We went Christmas shopping this afternoon and wondered why the town seemed strangely deserted. It was, for example, easy to park, which is unheard-of at this time of year. And then, emerging from a bookshop, we realised why. The long-forecast snow had finally arrived. All at once the streets were eerily quiet, and one was reminded of how snow absorbs sound. It was strange to see how bars and restaurants, with their fires (real or fake), customers and bustling staff, suddenly seemed more inviting. I paused outside one and photographed its billboard, now half-obscured by snow. But we didn’t go in: we had meals to prepare, promises to keep.
Walking back to the car, I found myself thinking of the opening sequences of John Huston’s film of Joyce’s short story, The Dead, with the carriages delivering the guests to the Morkan sisters’ annual party, each one arriving with a light dusting of snow on their coats. And then I remembered the wonderful closing passage of the story, as Gabriel Conroy broods in his hotel bedroom on what his (now-sleeping) wife has told him about the young boy who had loved her as a girl.
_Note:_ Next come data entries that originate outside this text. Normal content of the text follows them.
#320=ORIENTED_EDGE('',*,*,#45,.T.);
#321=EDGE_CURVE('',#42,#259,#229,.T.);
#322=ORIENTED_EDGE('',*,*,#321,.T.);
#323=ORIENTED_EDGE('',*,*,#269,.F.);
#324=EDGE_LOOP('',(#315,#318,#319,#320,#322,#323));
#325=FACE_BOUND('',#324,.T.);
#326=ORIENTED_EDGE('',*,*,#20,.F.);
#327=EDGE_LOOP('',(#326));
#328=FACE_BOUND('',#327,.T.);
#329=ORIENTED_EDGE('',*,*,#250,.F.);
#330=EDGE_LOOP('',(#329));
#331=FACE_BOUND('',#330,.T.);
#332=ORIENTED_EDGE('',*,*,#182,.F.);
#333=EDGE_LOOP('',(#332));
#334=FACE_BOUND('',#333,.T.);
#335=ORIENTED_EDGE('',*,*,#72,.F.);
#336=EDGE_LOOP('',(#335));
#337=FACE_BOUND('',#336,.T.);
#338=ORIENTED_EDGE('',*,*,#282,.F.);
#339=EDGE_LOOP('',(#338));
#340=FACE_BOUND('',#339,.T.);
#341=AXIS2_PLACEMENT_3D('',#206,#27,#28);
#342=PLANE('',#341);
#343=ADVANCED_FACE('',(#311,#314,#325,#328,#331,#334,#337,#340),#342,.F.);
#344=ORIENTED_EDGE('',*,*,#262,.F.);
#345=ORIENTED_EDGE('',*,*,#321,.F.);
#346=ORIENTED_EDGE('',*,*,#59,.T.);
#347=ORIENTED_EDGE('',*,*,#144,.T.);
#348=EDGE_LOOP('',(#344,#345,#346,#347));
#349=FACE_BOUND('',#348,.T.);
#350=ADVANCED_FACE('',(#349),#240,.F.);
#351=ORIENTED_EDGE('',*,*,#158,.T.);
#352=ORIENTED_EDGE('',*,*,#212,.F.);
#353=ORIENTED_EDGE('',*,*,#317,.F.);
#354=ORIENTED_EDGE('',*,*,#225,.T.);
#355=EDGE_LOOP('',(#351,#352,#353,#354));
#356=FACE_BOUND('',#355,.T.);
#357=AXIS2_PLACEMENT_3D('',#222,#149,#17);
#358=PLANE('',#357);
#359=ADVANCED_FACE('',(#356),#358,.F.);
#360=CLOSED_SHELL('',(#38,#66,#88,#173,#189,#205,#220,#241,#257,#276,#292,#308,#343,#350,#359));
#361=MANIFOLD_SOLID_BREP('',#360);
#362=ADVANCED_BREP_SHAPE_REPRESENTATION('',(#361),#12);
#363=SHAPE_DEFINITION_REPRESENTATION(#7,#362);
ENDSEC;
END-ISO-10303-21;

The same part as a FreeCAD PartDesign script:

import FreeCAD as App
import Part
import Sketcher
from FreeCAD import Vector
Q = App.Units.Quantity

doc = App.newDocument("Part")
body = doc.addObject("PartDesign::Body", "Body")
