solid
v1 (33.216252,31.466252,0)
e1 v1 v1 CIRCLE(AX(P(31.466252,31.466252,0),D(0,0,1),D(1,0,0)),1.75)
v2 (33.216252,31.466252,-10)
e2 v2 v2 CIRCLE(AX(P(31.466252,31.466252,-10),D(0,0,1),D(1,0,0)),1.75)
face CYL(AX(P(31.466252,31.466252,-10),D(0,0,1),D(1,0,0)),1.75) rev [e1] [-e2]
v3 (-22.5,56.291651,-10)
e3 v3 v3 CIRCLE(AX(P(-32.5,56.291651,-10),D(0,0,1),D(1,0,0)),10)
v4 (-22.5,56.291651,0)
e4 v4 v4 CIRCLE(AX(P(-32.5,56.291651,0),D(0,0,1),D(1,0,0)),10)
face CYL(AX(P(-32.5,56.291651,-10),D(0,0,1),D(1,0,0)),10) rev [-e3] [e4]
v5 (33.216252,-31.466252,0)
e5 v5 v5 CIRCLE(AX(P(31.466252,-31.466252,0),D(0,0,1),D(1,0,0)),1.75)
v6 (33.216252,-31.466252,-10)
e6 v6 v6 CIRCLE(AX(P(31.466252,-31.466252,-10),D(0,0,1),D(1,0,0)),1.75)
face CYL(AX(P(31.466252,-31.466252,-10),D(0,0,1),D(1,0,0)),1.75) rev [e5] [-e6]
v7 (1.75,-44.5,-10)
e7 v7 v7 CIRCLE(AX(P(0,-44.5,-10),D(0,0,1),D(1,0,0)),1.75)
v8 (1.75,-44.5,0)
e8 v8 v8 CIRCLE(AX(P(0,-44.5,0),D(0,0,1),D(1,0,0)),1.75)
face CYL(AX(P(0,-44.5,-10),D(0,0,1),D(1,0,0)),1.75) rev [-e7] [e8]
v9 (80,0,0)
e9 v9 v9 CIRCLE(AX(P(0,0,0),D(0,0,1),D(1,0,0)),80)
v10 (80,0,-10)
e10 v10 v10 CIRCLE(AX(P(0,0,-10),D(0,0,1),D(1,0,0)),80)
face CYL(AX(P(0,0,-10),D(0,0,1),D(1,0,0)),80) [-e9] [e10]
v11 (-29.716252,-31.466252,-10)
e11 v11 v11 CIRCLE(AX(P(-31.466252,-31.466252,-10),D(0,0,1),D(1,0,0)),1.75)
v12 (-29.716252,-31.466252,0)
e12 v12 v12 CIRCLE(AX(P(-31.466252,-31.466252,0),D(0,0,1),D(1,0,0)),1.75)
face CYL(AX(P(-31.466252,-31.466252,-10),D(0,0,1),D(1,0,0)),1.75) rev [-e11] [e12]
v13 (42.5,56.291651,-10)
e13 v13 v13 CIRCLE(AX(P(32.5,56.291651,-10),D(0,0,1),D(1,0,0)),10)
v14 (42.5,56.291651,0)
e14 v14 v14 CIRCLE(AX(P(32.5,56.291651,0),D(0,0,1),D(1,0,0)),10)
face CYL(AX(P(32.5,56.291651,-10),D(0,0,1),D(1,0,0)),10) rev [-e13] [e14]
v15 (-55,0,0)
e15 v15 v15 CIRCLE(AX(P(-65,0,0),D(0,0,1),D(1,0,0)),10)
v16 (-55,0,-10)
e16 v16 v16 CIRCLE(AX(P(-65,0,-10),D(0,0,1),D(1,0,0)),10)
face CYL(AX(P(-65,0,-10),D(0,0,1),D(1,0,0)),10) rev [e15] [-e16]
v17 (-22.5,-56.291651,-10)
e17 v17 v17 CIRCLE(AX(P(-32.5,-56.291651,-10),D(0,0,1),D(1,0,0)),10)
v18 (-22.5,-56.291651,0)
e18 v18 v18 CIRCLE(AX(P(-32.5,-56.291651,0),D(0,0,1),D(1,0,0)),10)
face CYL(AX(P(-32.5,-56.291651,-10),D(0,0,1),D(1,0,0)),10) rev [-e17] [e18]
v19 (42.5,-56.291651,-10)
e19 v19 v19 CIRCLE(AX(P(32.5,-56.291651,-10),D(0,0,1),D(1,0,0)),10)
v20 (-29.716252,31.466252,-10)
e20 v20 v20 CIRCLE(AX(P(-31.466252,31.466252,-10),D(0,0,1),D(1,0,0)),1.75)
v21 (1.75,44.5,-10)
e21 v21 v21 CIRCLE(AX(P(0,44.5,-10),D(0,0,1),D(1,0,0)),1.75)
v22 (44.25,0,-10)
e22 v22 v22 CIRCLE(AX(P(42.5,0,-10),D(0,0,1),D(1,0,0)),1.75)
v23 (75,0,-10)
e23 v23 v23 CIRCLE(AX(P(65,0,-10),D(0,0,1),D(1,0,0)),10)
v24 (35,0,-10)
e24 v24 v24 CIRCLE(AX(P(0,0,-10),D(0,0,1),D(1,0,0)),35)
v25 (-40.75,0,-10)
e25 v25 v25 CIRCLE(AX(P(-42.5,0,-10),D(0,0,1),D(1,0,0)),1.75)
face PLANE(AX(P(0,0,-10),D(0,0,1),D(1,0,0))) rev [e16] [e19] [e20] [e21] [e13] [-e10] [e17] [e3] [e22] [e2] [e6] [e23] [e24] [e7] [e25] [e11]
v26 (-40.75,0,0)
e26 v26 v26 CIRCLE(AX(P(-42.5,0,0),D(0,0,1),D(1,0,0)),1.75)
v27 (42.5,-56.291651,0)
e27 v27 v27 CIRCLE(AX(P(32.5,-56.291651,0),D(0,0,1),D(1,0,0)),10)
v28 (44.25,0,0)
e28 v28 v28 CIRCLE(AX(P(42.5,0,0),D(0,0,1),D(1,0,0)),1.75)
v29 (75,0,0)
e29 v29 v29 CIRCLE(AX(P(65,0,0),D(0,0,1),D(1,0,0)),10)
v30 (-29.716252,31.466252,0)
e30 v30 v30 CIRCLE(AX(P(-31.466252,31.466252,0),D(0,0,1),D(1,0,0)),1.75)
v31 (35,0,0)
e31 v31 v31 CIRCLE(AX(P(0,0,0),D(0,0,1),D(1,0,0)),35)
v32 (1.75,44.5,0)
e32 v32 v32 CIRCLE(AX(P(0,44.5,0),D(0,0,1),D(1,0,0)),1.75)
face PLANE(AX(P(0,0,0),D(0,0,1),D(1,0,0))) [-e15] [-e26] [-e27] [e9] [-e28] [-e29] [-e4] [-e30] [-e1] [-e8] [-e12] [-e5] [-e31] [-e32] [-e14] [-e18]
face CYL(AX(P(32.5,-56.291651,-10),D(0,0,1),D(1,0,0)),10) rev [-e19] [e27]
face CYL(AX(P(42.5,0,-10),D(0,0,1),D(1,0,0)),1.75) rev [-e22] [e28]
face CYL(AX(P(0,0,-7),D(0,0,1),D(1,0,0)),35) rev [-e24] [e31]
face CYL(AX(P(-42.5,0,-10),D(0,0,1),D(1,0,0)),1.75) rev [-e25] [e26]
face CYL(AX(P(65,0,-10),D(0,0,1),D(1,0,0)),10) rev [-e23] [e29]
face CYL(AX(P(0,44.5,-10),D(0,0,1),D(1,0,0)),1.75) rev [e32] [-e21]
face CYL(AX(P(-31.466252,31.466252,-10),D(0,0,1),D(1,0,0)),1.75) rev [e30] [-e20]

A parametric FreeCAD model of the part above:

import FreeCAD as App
import Part
import Sketcher

V = App.Vector
Q = App.Units.Quantity

doc = App.newDocument("Part")
body = doc.addObject("PartDesign::Body", "Body")

# Sketch on XY plane
sketch1 = body.newObject("Sketcher::SketchObject", "Sketch")
sketch1.AttachmentSupport = (doc.getObject("XY_Plane"), [""])
sketch1.MapMode = "FlatFace"
sketch1.addGeometry(Part.Circle(V(0, 0, 0), V(0, 0, 1), 80), False)
sketch1.addConstraint(Sketcher.Constraint("Coincident", 0, 3, -1, 1))
sketch1.addConstraint(Sketcher.Constraint("Diameter", 0, Q("160 mm")))
pad1 = body.newObject("PartDesign::Pad", "Pad")
pad1.Profile = sketch1
pad1.Length = 10
pad1.Reversed = True

# Sketch on XY plane
sketch2 = body.newObject("Sketcher::SketchObject", "Sketch001")
sketch2.AttachmentSupport = (doc.getObject("XY_Plane"), [""])
sketch2.MapMode = "FlatFace"
sketch2.addGeometry(Part.Circle(V(0, 0, 0), V(0, 0, 1), 35), False)
sketch2.addConstraint(Sketcher.Constraint("Coincident", 0, 3, -1, 1))
sketch2.addConstraint(Sketcher.Constraint("Diameter", 0, Q("70 mm")))
pocket1 = body.newObject("PartDesign::Pocket", "Pocket")
pocket1.Profile = sketch2
pocket1.Length = 7

# Sketch on XY plane
sketch3 = body.newObject("Sketcher::SketchObject", "Sketch002")
sketch3.AttachmentSupport = (doc.getObject("XY_Plane"), [""])
sketch3.MapMode = "FlatFace"
sketch3.addGeometry(Part.Circle(V(-32, 56, 0), V(0, 0, 1), 10), False)
sketch3.addGeometry(Part.Circle(V(-65, 0, 0), V(0, 0, 1), 10), False)
sketch3.addGeometry(Part.Circle(V(-32, -56, 0), V(0, 0, 1), 10), False)
sketch3.addGeometry(Part.Circle(V(32, -56, 0), V(0, 0, 1), 10), False)
sketch3.addGeometry(Part.Circle(V(65, 0, 0), V(0, 0, 1), 10), False)
sketch3.addGeometry(Part.Circle(V(32, 56, 0), V(0, 0, 1), 10), False)
sketch3.addConstraint(Sketcher.Constraint("Equal", 0, 1))
sketch3.addConstraint(Sketcher.Constraint("Equal", 1, 2))
sketch3.addConstraint(Sketcher.Constraint("Equal", 2, 3))
sketch3.addConstraint(Sketcher.Constraint("Equal", 3, 4))
sketch3.addConstraint(Sketcher.Constraint("Equal", 4, 5))
sketch3.addConstraint(Sketcher.Constraint("Symmetric", 0, 3, 3, 3, -1, 1))
sketch3.addConstraint(Sketcher.Constraint("Symmetric", 1, 3, 4, 3, -1, 1))
sketch3.addConstraint(Sketcher.Constraint("Symmetric", 2, 3, 5, 3, -1, 1))
sketch3.addConstraint(Sketcher.Constraint("Symmetric", 2, 3, 3, 3, -2))
sketch3.addConstraint(Sketcher.Constraint("PointOnObject", 1, 3, -1))
sketch3.addConstraint(Sketcher.Constraint("Diameter", 0, Q("20 mm")))
sketch3.addConstraint(Sketcher.Constraint("DistanceX", 1, 3, -1, 1, Q("65 mm")))
sketch3.addConstraint(Sketcher.Constraint("DistanceX", 2, 3, 3, 3, Q("65 mm")))
sketch3.addConstraint(Sketcher.Constraint("DistanceY", -1, 1, 0, 3, Q("56.291651 mm")))
pocket2 = body.newObject("PartDesign::Pocket", "Pocket001")
pocket2.Profile = sketch3
pocket2.Length = 10

# Sketch on XY plane
sketch4 = body.newObject("Sketcher::SketchObject", "Sketch003")
sketch4.AttachmentSupport = (doc.getObject("XY_Plane"), [""])
sketch4.MapMode = "FlatFace"
sketch4.addGeometry(Part.Circle(V(0, 44.5, 0), V(0, 0, 1), 1.8), False)
sketch4.addGeometry(Part.Circle(V(31.5, 31.5, 0), V(0, 0, 1), 1.8), False)
sketch4.addGeometry(Part.Circle(V(42.5, 0, 0), V(0, 0, 1), 1.8), False)
sketch4.addGeometry(Part.Circle(V(31.5, -31.5, 0), V(0, 0, 1), 1.8), False)
sketch4.addGeometry(Part.Circle(V(-31.5, -31.5, 0), V(0, 0, 1), 1.8), False)
sketch4.addGeometry(Part.Circle(V(-42.5, 0, 0), V(0, 0, 1), 1.8), False)
sketch4.addGeometry(Part.Circle(V(-31.5, 31.5, 0), V(0, 0, 1), 1.8), False)
sketch4.addGeometry(Part.Circle(V(0, -44.5, 0), V(0, 0, 1), 1.8), False)
sketch4.addConstraint(Sketcher.Constraint("Equal", 0, 1))
sketch4.addConstraint(Sketcher.Constraint("Equal", 1, 2))
sketch4.addConstraint(Sketcher.Constraint("Equal", 2, 3))
sketch4.addConstraint(Sketcher.Constraint("Equal", 3, 4))
sketch4.addConstraint(Sketcher.Constraint("Equal", 4, 5))
sketch4.addConstraint(Sketcher.Constraint("Equal", 5, 6))
sketch4.addConstraint(Sketcher.Constraint("Equal", 6, 7))
sketch4.addConstraint(Sketcher.Constraint("Symmetric", 1, 3, 4, 3, -1, 1))
sketch4.addConstraint(Sketcher.Constraint("Symmetric", 2, 3, 5, 3, -1, 1))
sketch4.addConstraint(Sketcher.Constraint("Symmetric", 3, 3, 6, 3, -1, 1))
sketch4.addConstraint(Sketcher.Constraint("Symmetric", 0, 3, 7, 3, -1, 1))
sketch4.addConstraint(Sketcher.Constraint("Symmetric", 3, 3, 4, 3, -2))
sketch4.addConstraint(Sketcher.Constraint("PointOnObject", 0, 3, -2))
sketch4.addConstraint(Sketcher.Constraint("PointOnObject", 2, 3, -1))
sketch4.addConstraint(Sketcher.Constraint("Diameter", 0, Q("3.5 mm")))
sketch4.addConstraint(Sketcher.Constraint("DistanceX", 5, 3, 2, 3, Q("85 mm")))
sketch4.addConstraint(Sketcher.Constraint("DistanceY", -1, 1, 0, 3, Q("44.5 mm")))
sketch4.addConstraint(Sketcher.Constraint("DistanceX", -1, 1, 1, 3, Q("31.466252 mm")))
sketch4.addConstraint(Sketcher.Constraint("DistanceY", -1, 1, 1, 3, Q("31.466252 mm")))
pocket3 = body.newObject("PartDesign::Pocket", "Pocket002")
pocket3.Profile = sketch4
pocket3.Length = 10

# Sketch on XY plane
sketch5 = body.newObject("Sketcher::SketchObject", "Sketch004")
sketch5.AttachmentSupport = (doc.getObject("XY_Plane"), [""])
sketch5.MapMode = "FlatFace"
sketch5.addGeometry(Part.Circle(V(0, 0, 0), V(0, 0, 1), 35), False)
sketch5.addConstraint(Sketcher.Constraint("Coincident", 0, 3, -1, 1))
sketch5.addConstraint(Sketcher.Constraint("Diameter", 0, Q("70 mm")))
pocket4 = body.newObject("PartDesign::Pocket", "Pocket003")
pocket4.Profile = sketch5
pocket4.Length = 40
pocket4.Midplane = True

doc.recompute()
A few light taps upon the pane made him turn to the window. It had begun to snow again. He watched sleepily the flakes, silver and dark, falling obliquely against the lamplight. The time had come for him to set out on his journey westward. Yes, the newspapers were right: snow was general all over Ireland. It was falling on every part of the dark central plain, on the treeless hills, falling softly upon the Bog of Allen and, farther westward, softly falling into the dark mutinous Shannon waves. It was falling, too, upon every part of the lonely churchyard on the hill where Michael Furey lay buried. It lay thickly drifted on the crooked crosses and headstones, on the spears of the little gate, on the barren thorns. His soul swooned slowly as he heard the snow falling faintly through the universe and faintly falling, like the descent of their last end, upon all the living and the dead.
I’ve just looked out. The snow has stopped falling. But the landscape has been transformed. A muddy garden has suddenly become pristine, marred only by the tracks of the cats’ paws. Trees which had been denuded of leaves have become exquisite ice-sculptures. And it’s so, so quiet. As Yeats might have said: I shall have some peace here tonight, for peace comes dropping slow.